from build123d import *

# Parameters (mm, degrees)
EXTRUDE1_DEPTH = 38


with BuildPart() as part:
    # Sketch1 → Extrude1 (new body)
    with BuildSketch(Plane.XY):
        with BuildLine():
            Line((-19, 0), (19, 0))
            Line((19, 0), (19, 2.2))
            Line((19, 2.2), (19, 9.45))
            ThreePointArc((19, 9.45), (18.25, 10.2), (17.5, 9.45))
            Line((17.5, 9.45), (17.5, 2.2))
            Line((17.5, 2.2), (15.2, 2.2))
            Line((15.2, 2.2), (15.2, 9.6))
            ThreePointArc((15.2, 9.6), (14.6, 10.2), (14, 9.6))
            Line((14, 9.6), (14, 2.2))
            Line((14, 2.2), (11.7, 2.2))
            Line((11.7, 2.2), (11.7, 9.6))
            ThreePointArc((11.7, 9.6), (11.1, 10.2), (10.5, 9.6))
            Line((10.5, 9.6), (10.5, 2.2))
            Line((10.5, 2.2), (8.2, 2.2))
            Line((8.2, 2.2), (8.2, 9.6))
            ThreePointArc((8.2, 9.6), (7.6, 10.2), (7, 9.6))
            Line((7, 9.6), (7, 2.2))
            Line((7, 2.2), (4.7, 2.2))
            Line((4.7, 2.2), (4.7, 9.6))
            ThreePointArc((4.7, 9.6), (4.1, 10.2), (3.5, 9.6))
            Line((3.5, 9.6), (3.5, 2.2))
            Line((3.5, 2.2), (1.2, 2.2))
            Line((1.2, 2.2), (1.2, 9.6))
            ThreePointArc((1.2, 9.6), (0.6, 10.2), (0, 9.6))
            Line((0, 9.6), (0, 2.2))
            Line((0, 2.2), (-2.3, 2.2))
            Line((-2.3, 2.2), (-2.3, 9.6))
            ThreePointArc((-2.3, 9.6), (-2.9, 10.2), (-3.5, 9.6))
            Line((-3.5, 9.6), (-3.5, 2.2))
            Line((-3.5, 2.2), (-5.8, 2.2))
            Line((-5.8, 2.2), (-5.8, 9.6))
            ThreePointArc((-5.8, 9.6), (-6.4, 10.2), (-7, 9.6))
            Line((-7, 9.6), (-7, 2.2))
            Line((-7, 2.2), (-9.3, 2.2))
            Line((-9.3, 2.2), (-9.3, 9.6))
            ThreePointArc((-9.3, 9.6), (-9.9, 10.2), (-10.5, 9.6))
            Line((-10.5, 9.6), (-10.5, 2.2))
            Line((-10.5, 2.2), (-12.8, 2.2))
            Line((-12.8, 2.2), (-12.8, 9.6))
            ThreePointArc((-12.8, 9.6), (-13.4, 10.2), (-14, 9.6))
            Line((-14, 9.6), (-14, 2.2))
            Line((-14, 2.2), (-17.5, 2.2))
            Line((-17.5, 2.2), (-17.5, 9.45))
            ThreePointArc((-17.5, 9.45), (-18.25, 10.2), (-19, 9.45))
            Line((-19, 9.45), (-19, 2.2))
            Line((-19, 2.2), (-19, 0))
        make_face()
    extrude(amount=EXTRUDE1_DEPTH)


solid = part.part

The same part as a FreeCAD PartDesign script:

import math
import FreeCAD as App
import Part
import Sketcher

V = App.Vector

doc = App.newDocument("Part")
body = doc.addObject("PartDesign::Body", "Body")

sketch1 = body.newObject("Sketcher::SketchObject", "Sketch")
sketch1.AttachmentSupport = (doc.getObject("XY_Plane"), [""])
sketch1.MapMode = "FlatFace"
sketch1.addGeometry([
    Part.LineSegment(V(-19, 0, 0), V(19, 0, 0)),
    Part.LineSegment(V(19, 0, 0), V(19, 9.4, 0)),
    Part.ArcOfCircle(Part.Circle(V(18.2, 9.4, 0), V(0, 0, 1), 0.8), math.radians(0), math.radians(180)),
    Part.LineSegment(V(17.5, 9.4, 0), V(17.5, 2.2, 0)),
    Part.LineSegment(V(17.5, 2.2, 0), V(15.2, 2.2, 0)),
    Part.LineSegment(V(15.2, 2.2, 0), V(15.2, 9.6, 0)),
    Part.ArcOfCircle(Part.Circle(V(14.6, 9.6, 0), V(0, 0, 1), 0.6), math.radians(0), math.radians(180)),
    Part.LineSegment(V(14, 9.6, 0), V(14, 2.2, 0)),
    Part.LineSegment(V(14, 2.2, 0), V(11.7, 2.2, 0)),
    Part.LineSegment(V(11.7, 2.2, 0), V(11.7, 9.6, 0)),
    Part.ArcOfCircle(Part.Circle(V(11.1, 9.6, 0), V(0, 0, 1), 0.6), math.radians(0), math.radians(180)),
    Part.LineSegment(V(10.5, 9.6, 0), V(10.5, 2.2, 0)),
    Part.LineSegment(V(10.5, 2.2, 0), V(8.2, 2.2, 0)),
    Part.LineSegment(V(8.2, 2.2, 0), V(8.2, 9.6, 0)),
    Part.ArcOfCircle(Part.Circle(V(7.6, 9.6, 0), V(0, 0, 1), 0.6), math.radians(0), math.radians(180)),
    Part.LineSegment(V(7, 9.6, 0), V(7, 2.2, 0)),
    Part.LineSegment(V(7, 2.2, 0), V(4.7, 2.2, 0)),
    Part.LineSegment(V(4.7, 2.2, 0), V(4.7, 9.6, 0)),
    Part.ArcOfCircle(Part.Circle(V(4.1, 9.6, 0), V(0, 0, 1), 0.6), math.radians(0), math.radians(180)),
    Part.LineSegment(V(3.5, 9.6, 0), V(3.5, 2.2, 0)),
    Part.LineSegment(V(3.5, 2.2, 0), V(1.2, 2.2, 0)),
    Part.LineSegment(V(1.2, 2.2, 0), V(1.2, 9.6, 0)),
    Part.ArcOfCircle(Part.Circle(V(0.6, 9.6, 0), V(0, 0, 1), 0.6), math.radians(0), math.radians(180)),
    Part.LineSegment(V(0, 9.6, 0), V(0, 2.2, 0)),
    Part.LineSegment(V(0, 2.2, 0), V(-2.3, 2.2, 0)),
    Part.LineSegment(V(-2.3, 2.2, 0), V(-2.3, 9.6, 0)),
    Part.ArcOfCircle(Part.Circle(V(-2.9, 9.6, 0), V(0, 0, 1), 0.6), math.radians(0), math.radians(180)),
    Part.LineSegment(V(-3.5, 9.6, 0), V(-3.5, 2.2, 0)),
    Part.LineSegment(V(-3.5, 2.2, 0), V(-5.8, 2.2, 0)),
    Part.LineSegment(V(-5.8, 2.2, 0), V(-5.8, 9.6, 0)),
    Part.ArcOfCircle(Part.Circle(V(-6.4, 9.6, 0), V(0, 0, 1), 0.6), math.radians(0), math.radians(180)),
    Part.LineSegment(V(-7, 9.6, 0), V(-7, 2.2, 0)),
    Part.LineSegment(V(-7, 2.2, 0), V(-9.3, 2.2, 0)),
    Part.LineSegment(V(-9.3, 2.2, 0), V(-9.3, 9.6, 0)),
    Part.ArcOfCircle(Part.Circle(V(-9.9, 9.6, 0), V(0, 0, 1), 0.6), math.radians(0), math.radians(180)),
    Part.LineSegment(V(-10.5, 9.6, 0), V(-10.5, 2.2, 0)),
    Part.LineSegment(V(-10.5, 2.2, 0), V(-12.8, 2.2, 0)),
    Part.LineSegment(V(-12.8, 2.2, 0), V(-12.8, 9.6, 0)),
    Part.ArcOfCircle(Part.Circle(V(-13.4, 9.6, 0), V(0, 0, 1), 0.6), math.radians(0), math.radians(180)),
    Part.LineSegment(V(-14, 9.6, 0), V(-14, 2.2, 0)),
    Part.LineSegment(V(-14, 2.2, 0), V(-17.5, 2.2, 0)),
    Part.LineSegment(V(-17.5, 2.2, 0), V(-17.5, 9.4, 0)),
    Part.ArcOfCircle(Part.Circle(V(-18.2, 9.4, 0), V(0, 0, 1), 0.8), math.radians(0), math.radians(180)),
    Part.LineSegment(V(-19, 9.4, 0), V(-19, 0, 0)),
], False)
sketch1.addConstraint([
    Sketcher.Constraint("Coincident", 0, 2, 1, 1),
    Sketcher.Constraint("Tangent", 1, 2, 2, 1),
    Sketcher.Constraint("Tangent", 2, 2, 3, 1),
    Sketcher.Constraint("Coincident", 3, 2, 4, 1),
    Sketcher.Constraint("Coincident", 4, 2, 5, 1),
    Sketcher.Constraint("Tangent", 5, 2, 6, 1),
    Sketcher.Constraint("Tangent", 6, 2, 7, 1),
    Sketcher.Constraint("Coincident", 7, 2, 8, 1),
    Sketcher.Constraint("Coincident", 8, 2, 9, 1),
    Sketcher.Constraint("Tangent", 9, 2, 10, 1),
    Sketcher.Constraint("Tangent", 10, 2, 11, 1),
    Sketcher.Constraint("Coincident", 11, 2, 12, 1),
    Sketcher.Constraint("Coincident", 12, 2, 13, 1),
    Sketcher.Constraint("Tangent", 13, 2, 14, 1),
    Sketcher.Constraint("Tangent", 14, 2, 15, 1),
    Sketcher.Constraint("Coincident", 15, 2, 16, 1),
    Sketcher.Constraint("Coincident", 16, 2, 17, 1),
    Sketcher.Constraint("Tangent", 17, 2, 18, 1),
    Sketcher.Constraint("Tangent", 18, 2, 19, 1),
    Sketcher.Constraint("Coincident", 19, 2, 20, 1),
    Sketcher.Constraint("Coincident", 20, 2, 21, 1),
    Sketcher.Constraint("Tangent", 21, 2, 22, 1),
    Sketcher.Constraint("Tangent", 22, 2, 23, 1),
    Sketcher.Constraint("Coincident", 23, 2, 24, 1),
    Sketcher.Constraint("Coincident", 24, 2, 25, 1),
    Sketcher.Constraint("Tangent", 25, 2, 26, 1),
    Sketcher.Constraint("Tangent", 26, 2, 27, 1),
    Sketcher.Constraint("Coincident", 27, 2, 28, 1),
    Sketcher.Constraint("Coincident", 28, 2, 29, 1),
    Sketcher.Constraint("Tangent", 29, 2, 30, 1),
    Sketcher.Constraint("Tangent", 30, 2, 31, 1),
    Sketcher.Constraint("Coincident", 31, 2, 32, 1),
    Sketcher.Constraint("Coincident", 32, 2, 33, 1),
    Sketcher.Constraint("Tangent", 33, 2, 34, 1),
    Sketcher.Constraint("Tangent", 34, 2, 35, 1),
    Sketcher.Constraint("Coincident", 35, 2, 36, 1),
    Sketcher.Constraint("Coincident", 36, 2, 37, 1),
    Sketcher.Constraint("Tangent", 37, 2, 38, 1),
    Sketcher.Constraint("Tangent", 38, 2, 39, 1),
    Sketcher.Constraint("Coincident", 39, 2, 40, 1),
    Sketcher.Constraint("Coincident", 40, 2, 41, 1),
    Sketcher.Constraint("Tangent", 41, 2, 42, 1),
    Sketcher.Constraint("Tangent", 42, 2, 43, 1),
    Sketcher.Constraint("Coincident", 43, 2, 0, 1),
    Sketcher.Constraint("Horizontal", 0),
    Sketcher.Constraint("Vertical", 1),
    Sketcher.Constraint("Vertical", 3),
    Sketcher.Constraint("Horizontal", 4),
    Sketcher.Constraint("Vertical", 5),
    Sketcher.Constraint("Vertical", 7),
    Sketcher.Constraint("Horizontal", 8),
    Sketcher.Constraint("Vertical", 9),
    Sketcher.Constraint("Vertical", 11),
    Sketcher.Constraint("Horizontal", 12),
    Sketcher.Constraint("Vertical", 13),
    Sketcher.Constraint("Vertical", 15),
    Sketcher.Constraint("Horizontal", 16),
    Sketcher.Constraint("Vertical", 17),
    Sketcher.Constraint("Vertical", 19),
    Sketcher.Constraint("Horizontal", 20),
    Sketcher.Constraint("Vertical", 21),
    Sketcher.Constraint("Vertical", 23),
    Sketcher.Constraint("Horizontal", 24),
    Sketcher.Constraint("Vertical", 25),
    Sketcher.Constraint("Vertical", 27),
    Sketcher.Constraint("Horizontal", 28),
    Sketcher.Constraint("Vertical", 29),
    Sketcher.Constraint("Vertical", 31),
    Sketcher.Constraint("Horizontal", 32),
    Sketcher.Constraint("Vertical", 33),
    Sketcher.Constraint("Vertical", 35),
    Sketcher.Constraint("Horizontal", 36),
    Sketcher.Constraint("Vertical", 37),
    Sketcher.Constraint("Vertical", 39),
    Sketcher.Constraint("Horizontal", 40),
    Sketcher.Constraint("Vertical", 41),
    Sketcher.Constraint("Vertical", 43),
    Sketcher.Constraint("Equal", 6, 10),
    Sketcher.Constraint("Equal", 10, 14),
    Sketcher.Constraint("Equal", 14, 18),
    Sketcher.Constraint("Equal", 18, 22),
    Sketcher.Constraint("Equal", 22, 26),
    Sketcher.Constraint("Equal", 26, 30),
    Sketcher.Constraint("Equal", 30, 34),
    Sketcher.Constraint("Equal", 34, 38),
    Sketcher.Constraint("Equal", 2, 42),
    Sketcher.Constraint("Symmetric", 0, 2, 43, 2, -1, 1),
    Sketcher.Constraint("Symmetric", 18, 2, 26, 2, -2),
    Sketcher.Constraint("Symmetric", 14, 2, 30, 2, -2),
    Sketcher.Constraint("Symmetric", 10, 2, 34, 2, -2),
    Sketcher.Constraint("Symmetric", 6, 2, 38, 2, -2),
    Sketcher.Constraint("PointOnObject", 22, 2, -2),
    Sketcher.Constraint("Horizontal", 6, 3, 10, 3),
    Sketcher.Constraint("Horizontal", 10, 3, 14, 3),
    Sketcher.Constraint("Horizontal", 14, 3, 18, 3),
    Sketcher.Constraint("Horizontal", 18, 3, 22, 3),
    Sketcher.Constraint("Horizontal", 2, 3, 42, 3),
    Sketcher.Constraint("Horizontal", 4, 2, 7, 2),
    Sketcher.Constraint("Horizontal", 8, 2, 11, 2),
    Sketcher.Constraint("Horizontal", 12, 2, 15, 2),
    Sketcher.Constraint("Horizontal", 16, 2, 19, 2),
    Sketcher.Constraint("Horizontal", 20, 2, 23, 2),
    Sketcher.Constraint("Horizontal", 24, 2, 27, 2),
    Sketcher.Constraint("Horizontal", 28, 2, 31, 2),
    Sketcher.Constraint("Horizontal", 32, 2, 35, 2),
    Sketcher.Constraint("Horizontal", 36, 2, 39, 2),
    Sketcher.Constraint("Equal", 4, 8),
    Sketcher.Constraint("Equal", 8, 12),
    Sketcher.Constraint("Equal", 12, 16),
    Sketcher.Constraint("Equal", 16, 20),
    Sketcher.Constraint("Radius", 6, 0.6),
    Sketcher.Constraint("DistanceX", 0, 1, 0, 2, 38.0),
    Sketcher.Constraint("Radius", 2, 0.75),
    Sketcher.Constraint("DistanceY", 5, 1, 5, 2, 7.4),
    Sketcher.Constraint("DistanceY", 1, 1, 1, 2, 9.45),
    Sketcher.Constraint("DistanceY", 3, 2, 3, 1, 7.25),
])
pad1 = body.newObject("PartDesign::Pad", "Pad")
pad1.Profile = sketch1
pad1.Length = 38

doc.recompute()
==========
Report how many lines above include "with". Nothing else.

3